++++ Records supplied ++++

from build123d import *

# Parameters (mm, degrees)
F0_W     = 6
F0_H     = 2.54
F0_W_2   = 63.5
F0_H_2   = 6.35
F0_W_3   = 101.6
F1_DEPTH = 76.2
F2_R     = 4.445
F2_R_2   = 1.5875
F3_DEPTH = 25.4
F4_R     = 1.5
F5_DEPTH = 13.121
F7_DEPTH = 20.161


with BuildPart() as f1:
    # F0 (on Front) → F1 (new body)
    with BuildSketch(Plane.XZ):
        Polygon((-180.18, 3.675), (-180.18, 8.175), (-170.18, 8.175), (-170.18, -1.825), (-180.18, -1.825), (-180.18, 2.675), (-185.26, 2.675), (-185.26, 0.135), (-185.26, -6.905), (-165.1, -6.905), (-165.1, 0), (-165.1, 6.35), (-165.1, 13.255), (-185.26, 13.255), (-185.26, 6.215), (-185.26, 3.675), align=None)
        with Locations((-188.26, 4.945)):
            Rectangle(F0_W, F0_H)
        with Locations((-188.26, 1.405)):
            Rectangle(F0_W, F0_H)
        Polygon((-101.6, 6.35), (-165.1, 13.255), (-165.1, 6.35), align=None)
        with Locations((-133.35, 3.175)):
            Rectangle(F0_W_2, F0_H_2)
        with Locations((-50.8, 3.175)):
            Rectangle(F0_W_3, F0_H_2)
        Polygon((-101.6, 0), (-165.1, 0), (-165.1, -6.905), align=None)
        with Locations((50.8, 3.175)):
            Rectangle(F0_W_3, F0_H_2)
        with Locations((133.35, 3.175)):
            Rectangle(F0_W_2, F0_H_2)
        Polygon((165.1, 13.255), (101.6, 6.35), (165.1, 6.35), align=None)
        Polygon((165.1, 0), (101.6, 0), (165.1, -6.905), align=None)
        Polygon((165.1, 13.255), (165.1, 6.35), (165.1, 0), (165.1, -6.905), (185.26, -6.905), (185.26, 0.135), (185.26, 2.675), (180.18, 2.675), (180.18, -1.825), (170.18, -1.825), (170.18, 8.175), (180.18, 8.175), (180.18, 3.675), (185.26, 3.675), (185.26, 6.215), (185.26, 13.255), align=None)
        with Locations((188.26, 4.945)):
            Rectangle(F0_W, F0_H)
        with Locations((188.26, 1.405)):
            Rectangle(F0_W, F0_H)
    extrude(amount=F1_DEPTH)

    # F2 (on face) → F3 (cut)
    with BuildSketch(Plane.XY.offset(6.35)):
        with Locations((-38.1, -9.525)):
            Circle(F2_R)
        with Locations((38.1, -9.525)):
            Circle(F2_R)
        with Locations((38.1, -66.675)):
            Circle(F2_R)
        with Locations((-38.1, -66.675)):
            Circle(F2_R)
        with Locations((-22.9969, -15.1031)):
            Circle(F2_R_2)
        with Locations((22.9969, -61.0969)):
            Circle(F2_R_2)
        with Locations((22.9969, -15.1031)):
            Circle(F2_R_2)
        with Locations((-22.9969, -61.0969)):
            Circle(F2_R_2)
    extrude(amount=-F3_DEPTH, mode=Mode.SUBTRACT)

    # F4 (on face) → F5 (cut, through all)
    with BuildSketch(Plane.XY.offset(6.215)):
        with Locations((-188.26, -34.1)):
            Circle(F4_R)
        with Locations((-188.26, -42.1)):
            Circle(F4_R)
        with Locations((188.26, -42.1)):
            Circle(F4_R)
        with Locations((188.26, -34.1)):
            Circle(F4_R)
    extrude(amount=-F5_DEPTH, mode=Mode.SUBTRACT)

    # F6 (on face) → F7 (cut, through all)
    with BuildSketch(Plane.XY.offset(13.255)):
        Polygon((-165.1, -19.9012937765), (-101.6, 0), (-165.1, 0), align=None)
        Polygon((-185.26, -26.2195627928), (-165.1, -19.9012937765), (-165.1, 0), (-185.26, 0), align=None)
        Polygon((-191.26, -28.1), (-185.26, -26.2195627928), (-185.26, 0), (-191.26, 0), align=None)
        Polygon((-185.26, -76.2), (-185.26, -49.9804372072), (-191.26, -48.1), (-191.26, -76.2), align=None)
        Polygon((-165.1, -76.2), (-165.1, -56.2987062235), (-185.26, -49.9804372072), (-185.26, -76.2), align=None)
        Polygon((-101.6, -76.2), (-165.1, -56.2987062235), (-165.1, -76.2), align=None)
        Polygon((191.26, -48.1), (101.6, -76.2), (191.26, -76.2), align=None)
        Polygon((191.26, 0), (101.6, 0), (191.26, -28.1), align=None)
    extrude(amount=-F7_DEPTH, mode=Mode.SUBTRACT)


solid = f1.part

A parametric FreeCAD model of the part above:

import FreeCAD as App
import Part
import Sketcher
from FreeCAD import Vector
Q = App.Units.Quantity


def add_polygon(sketch, points):
    """Adds a closed chain of lines whose ends are joined by coincident constraints."""
    first, n = sketch.GeometryCount, len(points)
    for a, b in zip(points, points[1:] + points[:1]):
        sketch.addGeometry(Part.LineSegment(App.Vector(*a, 0), App.Vector(*b, 0)), False)
    for i in range(n):
        sketch.addConstraint(Sketcher.Constraint("Coincident", first + i, 2, first + (i + 1) % n, 1))

doc = App.newDocument("Part")
params = doc.addObject("Spreadsheet::Sheet", "Params")
for row, (alias, value) in enumerate([
    ("sketch1_width", "8 in"),
    ("sketch1_height", "0.1 in"),
    ("pad1_length", "3 in"),
    ("sketch2_diameter", "0.35 in"),
    ("sketch2_diameter2", "0.125 in"),
    ("pocket1_length", "1 in"),
], start=1):
    params.set(f"A{row}", alias)
    params.set(f"B{row}", "=" + value)
    params.setAlias(f"B{row}", alias)

body = doc.addObject("PartDesign::Body", "Body")

# Sketch on XZ plane
sketch1 = body.newObject("Sketcher::SketchObject", "Sketch")
sketch1.AttachmentSupport = (doc.getObject("XZ_Plane"), [""])
sketch1.MapMode = "FlatFace"
add_polygon(sketch1, [(-180.2, 3.7), (-180.2, 8.2), (-170.2, 8.2), (-170.2, -1.8), (-180.2, -1.8), (-180.2, 2.7), (-191.3, 2.7), (-191.3, 0.1), (-185.3, 0.1), (-185.3, -6.9), (-165.1, -6.9), (-101.6, 0), (101.6, 0), (165.1, -6.9), (185.3, -6.9), (185.3, 0.1), (191.3, 0.1), (191.3, 2.7), (180.2, 2.7), (180.2, -1.8), (170.2, -1.8), (170.2, 8.2), (180.2, 8.2), (180.2, 3.7), (191.3, 3.7), (191.3, 6.2), (185.3, 6.2), (185.3, 13.3), (165.1, 13.3), (101.6, 6.3), (-101.6, 6.3), (-165.1, 13.3), (-185.3, 13.3), (-185.3, 6.2), (-191.3, 6.2), (-191.3, 3.7)])  # lines 0-35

++++

Scan the data above line by line. Please say how many lines hold the word "extrude", and give only that number.

4